Why You Need a Cloud Data Council

A cloud data council is essential to maximizing the benefits of cloud data services while minimizing risk and cost

Light bulb sheds new light

The cloud is becoming the de facto choice for hosting data and analytics, with Forrester Research reporting that almost half of all organizations are complementing their in-house platforms with cloud services. Gartner Inc. predicts the worldwide public cloud services market will grow 17% this year to $266.4 billion, declaring that cloud adoption has become “mainstream.”

These cloud technologies generate unique and differentiated insights into everything from market trends to the health of industrial equipment. Enterprises can use these to cut costs, improve product quality, increase customer satisfaction, and build new revenue streams.

A truck manufacturer, for example, could use location and driver behavior data to help fleet managers fine-tune their routes and improve training. A maker of smart bandages could use data about a patient’s condition to help them better manage their care. Cloud-based technologies such as data lakes make such services possible by analyzing larger quantities of both structured and unstructured data in new ways and making the insights available to more stakeholders.

Cloud technologies also eliminate the need to buy and manage in-house IT infrastructure, reduce businesses’ technical debt, and enable them to more quickly scale to compete in a digital economy.

But moving to the cloud is not a simple “lift and shift” operation. The cloud can rapidly scale to store much more data, from many more sources, than in-house data centers. That data will be used in multiple ways by many more internal and external users. This requires careful management to assure that data is secure and compliant and that the investment is done most efficiently, storing only the highest-priority data on the fastest but most expensive platforms.   

A cloud data council is essential to maximizing the benefits of cloud data services while minimizing risk and cost. It can help understaffed IT departments understand how business-critical data moves within and outside the corporate firewall, including time-sensitive data flows from mobile devices and sensors on the Internet of Things (IoT). It can drive adoption of and assure the most efficient use of cloud data services, but requires broad involvement from business stakeholders that may include legal, lines of business, and compliance as well as IT and Data Science leaders.

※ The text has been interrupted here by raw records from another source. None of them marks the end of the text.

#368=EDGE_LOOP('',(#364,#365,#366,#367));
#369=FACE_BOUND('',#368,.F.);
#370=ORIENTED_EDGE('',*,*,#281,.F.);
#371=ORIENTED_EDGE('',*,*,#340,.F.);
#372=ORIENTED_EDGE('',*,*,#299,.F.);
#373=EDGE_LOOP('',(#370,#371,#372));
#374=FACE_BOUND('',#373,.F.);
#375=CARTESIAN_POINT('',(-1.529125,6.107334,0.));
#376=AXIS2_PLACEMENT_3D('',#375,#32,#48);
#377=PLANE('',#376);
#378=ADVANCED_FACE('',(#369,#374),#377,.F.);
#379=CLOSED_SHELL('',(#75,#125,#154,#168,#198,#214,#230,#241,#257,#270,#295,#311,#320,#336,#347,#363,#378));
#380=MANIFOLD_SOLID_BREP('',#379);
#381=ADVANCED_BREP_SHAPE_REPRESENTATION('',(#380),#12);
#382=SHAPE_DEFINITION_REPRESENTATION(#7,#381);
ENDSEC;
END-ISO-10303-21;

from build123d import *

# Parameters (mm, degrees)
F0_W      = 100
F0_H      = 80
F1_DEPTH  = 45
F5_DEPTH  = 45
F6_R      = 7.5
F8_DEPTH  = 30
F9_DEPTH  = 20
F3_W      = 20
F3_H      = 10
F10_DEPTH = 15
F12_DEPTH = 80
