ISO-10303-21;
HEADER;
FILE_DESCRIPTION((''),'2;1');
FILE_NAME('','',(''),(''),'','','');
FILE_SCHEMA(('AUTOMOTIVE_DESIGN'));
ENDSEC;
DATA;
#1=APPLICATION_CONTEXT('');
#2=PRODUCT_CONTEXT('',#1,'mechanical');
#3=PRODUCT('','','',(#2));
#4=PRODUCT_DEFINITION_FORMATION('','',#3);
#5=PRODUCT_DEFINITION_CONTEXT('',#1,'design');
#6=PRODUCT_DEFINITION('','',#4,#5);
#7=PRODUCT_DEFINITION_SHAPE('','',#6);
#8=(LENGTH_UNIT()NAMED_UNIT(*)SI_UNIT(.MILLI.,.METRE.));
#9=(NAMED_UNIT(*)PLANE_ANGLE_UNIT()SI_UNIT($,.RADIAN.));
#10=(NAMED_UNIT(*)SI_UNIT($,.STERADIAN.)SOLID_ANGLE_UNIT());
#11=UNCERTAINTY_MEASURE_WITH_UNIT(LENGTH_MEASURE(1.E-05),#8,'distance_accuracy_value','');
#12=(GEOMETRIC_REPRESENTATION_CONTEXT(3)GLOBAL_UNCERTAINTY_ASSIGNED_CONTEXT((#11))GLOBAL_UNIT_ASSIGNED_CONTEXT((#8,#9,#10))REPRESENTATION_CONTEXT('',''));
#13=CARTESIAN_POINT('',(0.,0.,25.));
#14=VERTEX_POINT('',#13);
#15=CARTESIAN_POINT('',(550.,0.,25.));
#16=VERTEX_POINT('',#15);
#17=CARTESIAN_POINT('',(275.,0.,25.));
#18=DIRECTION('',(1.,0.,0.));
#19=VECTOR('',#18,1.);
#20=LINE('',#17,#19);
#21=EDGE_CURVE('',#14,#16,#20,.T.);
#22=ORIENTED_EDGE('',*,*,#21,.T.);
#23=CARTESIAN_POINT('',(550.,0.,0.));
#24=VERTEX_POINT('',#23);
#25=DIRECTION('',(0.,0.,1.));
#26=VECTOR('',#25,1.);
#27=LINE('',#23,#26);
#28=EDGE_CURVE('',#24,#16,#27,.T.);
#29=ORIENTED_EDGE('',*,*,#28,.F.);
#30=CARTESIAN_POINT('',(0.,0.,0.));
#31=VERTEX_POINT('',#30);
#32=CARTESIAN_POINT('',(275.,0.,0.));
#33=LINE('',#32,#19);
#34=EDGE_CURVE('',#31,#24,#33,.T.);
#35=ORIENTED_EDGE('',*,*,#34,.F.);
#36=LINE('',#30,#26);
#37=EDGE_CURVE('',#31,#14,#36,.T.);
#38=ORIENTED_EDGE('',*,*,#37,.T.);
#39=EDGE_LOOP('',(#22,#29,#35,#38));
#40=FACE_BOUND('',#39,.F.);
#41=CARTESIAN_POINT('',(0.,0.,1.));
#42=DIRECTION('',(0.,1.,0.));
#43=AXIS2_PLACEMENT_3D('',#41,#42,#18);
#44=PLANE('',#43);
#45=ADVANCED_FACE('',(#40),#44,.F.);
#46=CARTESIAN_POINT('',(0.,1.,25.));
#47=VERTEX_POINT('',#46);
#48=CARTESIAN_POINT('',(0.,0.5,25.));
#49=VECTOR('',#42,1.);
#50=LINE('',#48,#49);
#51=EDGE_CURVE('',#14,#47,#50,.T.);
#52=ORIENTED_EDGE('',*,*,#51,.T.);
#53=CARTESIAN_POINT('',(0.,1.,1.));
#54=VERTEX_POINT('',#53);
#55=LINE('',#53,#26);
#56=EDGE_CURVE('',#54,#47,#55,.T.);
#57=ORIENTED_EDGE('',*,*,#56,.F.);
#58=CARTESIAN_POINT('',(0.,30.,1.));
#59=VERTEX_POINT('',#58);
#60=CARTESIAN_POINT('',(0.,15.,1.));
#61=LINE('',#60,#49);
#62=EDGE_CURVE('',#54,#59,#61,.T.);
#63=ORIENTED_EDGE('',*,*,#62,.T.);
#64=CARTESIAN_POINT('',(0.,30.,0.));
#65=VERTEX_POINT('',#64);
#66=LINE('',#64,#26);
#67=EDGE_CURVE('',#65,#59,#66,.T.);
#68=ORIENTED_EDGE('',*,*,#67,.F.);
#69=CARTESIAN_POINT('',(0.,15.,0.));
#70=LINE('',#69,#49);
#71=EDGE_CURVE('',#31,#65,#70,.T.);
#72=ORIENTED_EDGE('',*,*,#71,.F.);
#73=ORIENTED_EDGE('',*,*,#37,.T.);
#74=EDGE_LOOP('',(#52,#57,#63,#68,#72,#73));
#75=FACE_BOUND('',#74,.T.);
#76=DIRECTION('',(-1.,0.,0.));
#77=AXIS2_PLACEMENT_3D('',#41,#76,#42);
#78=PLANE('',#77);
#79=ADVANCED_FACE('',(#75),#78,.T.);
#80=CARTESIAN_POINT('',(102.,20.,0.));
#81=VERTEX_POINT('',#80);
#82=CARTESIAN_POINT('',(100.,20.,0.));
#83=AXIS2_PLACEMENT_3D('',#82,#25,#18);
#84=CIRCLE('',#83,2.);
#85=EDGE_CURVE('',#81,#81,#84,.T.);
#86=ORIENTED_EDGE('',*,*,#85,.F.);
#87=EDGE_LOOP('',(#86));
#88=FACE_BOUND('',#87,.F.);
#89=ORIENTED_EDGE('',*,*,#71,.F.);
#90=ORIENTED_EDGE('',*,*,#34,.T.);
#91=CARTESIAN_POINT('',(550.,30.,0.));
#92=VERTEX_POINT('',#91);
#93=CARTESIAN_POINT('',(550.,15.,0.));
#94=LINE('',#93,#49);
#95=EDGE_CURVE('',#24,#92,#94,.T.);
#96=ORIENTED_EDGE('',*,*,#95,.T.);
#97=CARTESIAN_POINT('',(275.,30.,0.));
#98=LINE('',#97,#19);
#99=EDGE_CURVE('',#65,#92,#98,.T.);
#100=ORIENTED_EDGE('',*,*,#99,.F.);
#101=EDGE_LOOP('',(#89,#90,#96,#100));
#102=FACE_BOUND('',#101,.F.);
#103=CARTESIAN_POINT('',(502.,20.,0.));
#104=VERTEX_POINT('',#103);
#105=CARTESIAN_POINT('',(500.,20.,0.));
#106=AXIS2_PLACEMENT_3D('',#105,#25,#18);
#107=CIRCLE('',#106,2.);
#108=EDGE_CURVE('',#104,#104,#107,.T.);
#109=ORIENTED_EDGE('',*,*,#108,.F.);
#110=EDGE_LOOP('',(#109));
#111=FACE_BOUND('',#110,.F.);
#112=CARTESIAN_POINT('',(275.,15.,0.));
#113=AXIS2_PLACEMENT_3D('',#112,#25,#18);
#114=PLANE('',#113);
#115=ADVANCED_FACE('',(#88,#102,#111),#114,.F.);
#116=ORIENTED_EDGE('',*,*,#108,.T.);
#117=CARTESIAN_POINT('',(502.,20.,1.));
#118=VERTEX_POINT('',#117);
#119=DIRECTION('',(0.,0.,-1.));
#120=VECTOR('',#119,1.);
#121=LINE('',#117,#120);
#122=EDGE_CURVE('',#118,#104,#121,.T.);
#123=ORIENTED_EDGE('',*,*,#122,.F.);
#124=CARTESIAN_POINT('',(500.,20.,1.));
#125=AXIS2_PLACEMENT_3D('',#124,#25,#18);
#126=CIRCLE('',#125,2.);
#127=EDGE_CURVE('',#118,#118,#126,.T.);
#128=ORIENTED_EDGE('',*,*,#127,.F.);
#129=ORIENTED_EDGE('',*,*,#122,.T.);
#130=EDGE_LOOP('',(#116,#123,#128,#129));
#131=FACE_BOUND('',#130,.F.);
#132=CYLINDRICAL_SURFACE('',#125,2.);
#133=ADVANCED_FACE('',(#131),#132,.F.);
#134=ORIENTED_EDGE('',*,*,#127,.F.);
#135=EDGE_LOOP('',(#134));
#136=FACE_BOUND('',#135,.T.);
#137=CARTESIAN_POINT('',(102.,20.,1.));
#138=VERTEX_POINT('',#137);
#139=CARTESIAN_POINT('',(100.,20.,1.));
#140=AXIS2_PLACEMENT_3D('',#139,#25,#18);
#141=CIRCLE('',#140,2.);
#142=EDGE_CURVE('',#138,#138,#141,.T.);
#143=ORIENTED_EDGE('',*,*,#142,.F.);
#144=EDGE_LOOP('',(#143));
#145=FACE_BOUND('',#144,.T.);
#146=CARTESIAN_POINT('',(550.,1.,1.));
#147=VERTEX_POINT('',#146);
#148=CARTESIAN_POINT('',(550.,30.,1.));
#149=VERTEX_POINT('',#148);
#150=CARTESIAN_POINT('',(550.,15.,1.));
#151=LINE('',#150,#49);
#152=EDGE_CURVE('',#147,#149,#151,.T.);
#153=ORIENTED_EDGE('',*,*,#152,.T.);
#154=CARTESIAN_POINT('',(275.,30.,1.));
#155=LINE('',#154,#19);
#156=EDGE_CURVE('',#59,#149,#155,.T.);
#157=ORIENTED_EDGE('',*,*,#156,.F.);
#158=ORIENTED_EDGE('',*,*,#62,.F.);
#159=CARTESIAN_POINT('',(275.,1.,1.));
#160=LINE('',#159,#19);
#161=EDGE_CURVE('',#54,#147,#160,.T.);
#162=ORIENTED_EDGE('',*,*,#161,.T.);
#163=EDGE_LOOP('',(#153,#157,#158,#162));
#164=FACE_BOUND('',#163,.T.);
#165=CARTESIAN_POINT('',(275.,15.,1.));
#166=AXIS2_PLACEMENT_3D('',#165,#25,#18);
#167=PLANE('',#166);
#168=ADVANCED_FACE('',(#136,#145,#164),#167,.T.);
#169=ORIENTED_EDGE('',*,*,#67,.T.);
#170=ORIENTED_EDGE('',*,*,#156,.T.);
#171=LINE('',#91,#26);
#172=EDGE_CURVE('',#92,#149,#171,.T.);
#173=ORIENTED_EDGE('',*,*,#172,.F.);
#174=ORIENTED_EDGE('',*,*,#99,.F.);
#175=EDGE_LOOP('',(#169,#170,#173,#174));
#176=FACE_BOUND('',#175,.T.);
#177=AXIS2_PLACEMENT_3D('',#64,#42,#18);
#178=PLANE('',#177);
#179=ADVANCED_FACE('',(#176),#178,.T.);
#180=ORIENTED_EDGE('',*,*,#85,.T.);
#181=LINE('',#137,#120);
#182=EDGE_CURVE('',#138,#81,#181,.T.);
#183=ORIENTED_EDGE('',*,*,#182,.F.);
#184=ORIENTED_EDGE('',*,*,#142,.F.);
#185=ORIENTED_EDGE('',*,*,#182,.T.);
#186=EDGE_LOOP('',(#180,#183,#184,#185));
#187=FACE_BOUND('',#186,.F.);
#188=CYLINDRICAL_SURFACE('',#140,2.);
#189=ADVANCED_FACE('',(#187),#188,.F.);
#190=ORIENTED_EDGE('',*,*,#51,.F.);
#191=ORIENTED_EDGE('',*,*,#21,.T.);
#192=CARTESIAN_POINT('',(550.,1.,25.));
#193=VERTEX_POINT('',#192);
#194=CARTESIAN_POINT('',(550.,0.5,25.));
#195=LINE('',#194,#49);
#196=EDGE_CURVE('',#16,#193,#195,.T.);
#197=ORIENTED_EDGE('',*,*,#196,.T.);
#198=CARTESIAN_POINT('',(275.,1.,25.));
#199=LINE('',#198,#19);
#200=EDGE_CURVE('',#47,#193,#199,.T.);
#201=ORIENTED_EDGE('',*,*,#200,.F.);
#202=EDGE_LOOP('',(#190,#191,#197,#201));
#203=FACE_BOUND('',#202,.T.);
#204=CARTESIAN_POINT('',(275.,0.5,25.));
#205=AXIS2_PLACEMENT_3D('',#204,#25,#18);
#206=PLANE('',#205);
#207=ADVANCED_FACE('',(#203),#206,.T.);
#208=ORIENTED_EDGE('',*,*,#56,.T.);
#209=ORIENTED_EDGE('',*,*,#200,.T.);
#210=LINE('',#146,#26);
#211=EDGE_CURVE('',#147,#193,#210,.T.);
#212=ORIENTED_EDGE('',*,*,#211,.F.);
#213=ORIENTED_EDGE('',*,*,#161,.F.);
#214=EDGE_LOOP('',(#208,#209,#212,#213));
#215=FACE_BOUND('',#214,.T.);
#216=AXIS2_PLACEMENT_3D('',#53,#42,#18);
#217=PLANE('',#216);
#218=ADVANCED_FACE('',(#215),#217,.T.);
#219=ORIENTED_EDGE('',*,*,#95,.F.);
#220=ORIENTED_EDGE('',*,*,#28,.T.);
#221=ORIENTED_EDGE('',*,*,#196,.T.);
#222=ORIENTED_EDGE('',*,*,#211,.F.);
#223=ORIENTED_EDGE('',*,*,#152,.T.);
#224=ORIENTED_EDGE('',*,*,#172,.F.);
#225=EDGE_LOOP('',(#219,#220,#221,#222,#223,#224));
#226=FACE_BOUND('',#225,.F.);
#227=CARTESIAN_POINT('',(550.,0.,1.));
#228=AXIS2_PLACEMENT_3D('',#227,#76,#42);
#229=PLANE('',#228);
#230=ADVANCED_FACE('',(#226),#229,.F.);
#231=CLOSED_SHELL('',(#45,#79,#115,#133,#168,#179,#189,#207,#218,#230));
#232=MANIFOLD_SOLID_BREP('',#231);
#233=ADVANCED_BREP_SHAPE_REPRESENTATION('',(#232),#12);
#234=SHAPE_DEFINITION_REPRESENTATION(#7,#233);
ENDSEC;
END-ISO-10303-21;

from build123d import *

# Parameters (mm, degrees)
F0_W     = 550
F0_H     = 30
F1_DEPTH = 1
F2_W     = 550
F2_H     = 1
F3_DEPTH = 24
F4_R     = 2
F5_DEPTH = 1.001


with BuildPart() as f1:
    # F0 (on Top) → F1 (new body)
    with BuildSketch(Plane.XY):
        with Locations((275, 15)):
            Rectangle(F0_W, F0_H)
    extrude(amount=F1_DEPTH)

    # F2 (on face) → F3 (join)
    with BuildSketch(Plane.XY.offset(1)):
        with Locations((275, 0.5)):
            Rectangle(F2_W, F2_H)
    extrude(amount=F3_DEPTH)

    # F4 (on face) → F5 (cut, through all)
    with BuildSketch(Plane.XY.offset(1)):
        with Locations((100, 20)):
            Circle(F4_R)
        with Locations((500, 20)):
            Circle(F4_R)
    extrude(amount=-F5_DEPTH, mode=Mode.SUBTRACT)


solid = f1.part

Cloud Data Council Essentials

A cloud data council should perform five essential governance roles:

  1. Assuring proper security and compliance, implementing policies ranging from encryption to data access and deletion. The cloud provider can often provide security to the infrastructure-as-a-service layer, while the business manages application-level security as access control and authentication.
  2. Democratizing data access and providing flexible data access through open platforms and marketplaces in which multiple organizations can share data.
  3. Collaborating with other functions such as procurement to assure the most cost-effective use of cloud resources.
  4. Providing best practices for collaboration within and outside the enterprise to solve business problems.
  5. Creating and managing processes, workflows, and metrics to ensure the council executes its cloud data modernization plans, monitors their results, and adjusts them as needed.

To meet these goals, a cloud data council should include senior representatives from functions including:  

  • Risk management, to provide a global perspective on the risk versus the value of sharing data with customers or business partners.
  • Business operations, to understand how new ways of sharing and using data will affect every day processes.
  • Data analytics, to understand what’s possible with the latest data analytics tools and what is required to use them effectively.
  • Security, to assess the capabilities and vulnerabilities of cloud providers as well as business partners with whom you may share data.
  • Finance, to understand how “on demand” cloud spending affects budgets and to help identify how data can be used as a saleable asset. The finance function can also tap the cloud’s ability to track how different business units use cloud resources, allowing more accurate  chargeback of cloud spending and more precise measurement of ROI.  
  • Lines of business, to focus cloud spending on increasing innovation, reducing costs, maximizing customer retention, and creating new revenue flows and business models.
  • Cloud data providers, who can provide guidance on what data is best moved to the cloud and how to tap it in innovative ways based on the experience of other customers.
  • Professional services firms, who can advise which features from which cloud providers can best meet your needs. For example, we recently advised a customer to move just their optical character recognition function to a different cloud provider to achieve greater scanning accuracy.

Begin Your Cloud Data Council Journey

The first step in creating a cloud data council is working with a partner to assess your current level of cloud adoption and the challenges you’re facing in cost management, security and compliance, data sharing and collaboration. Next, decide which of these is the most critical, and create a road map for how your data council can help you reach those goals.  

Today, many de facto cloud data councils perform limited functions such as monitoring cloud usage and security and creating policies and governance structures. As your cloud usage becomes more mature, we see these councils developing a deeper understanding of:  

  • How to quickly identify and change potentially wasteful practices and policies.
  • Best practices in collaborating with business, IT, and finance stakeholders.
  • Benchmarking costs against others in the industry.
  • How to prove that insights driven from enterprise and external data drive faster and better decision making.
  • How enterprises can invest in newer business models to generate additional revenue streams.

Successful digital organizations use modern cloud platforms in ways never before possible. But to drive the maximum business value from them, they need to expand the membership, scope, and skills of the stakeholders that manage their data.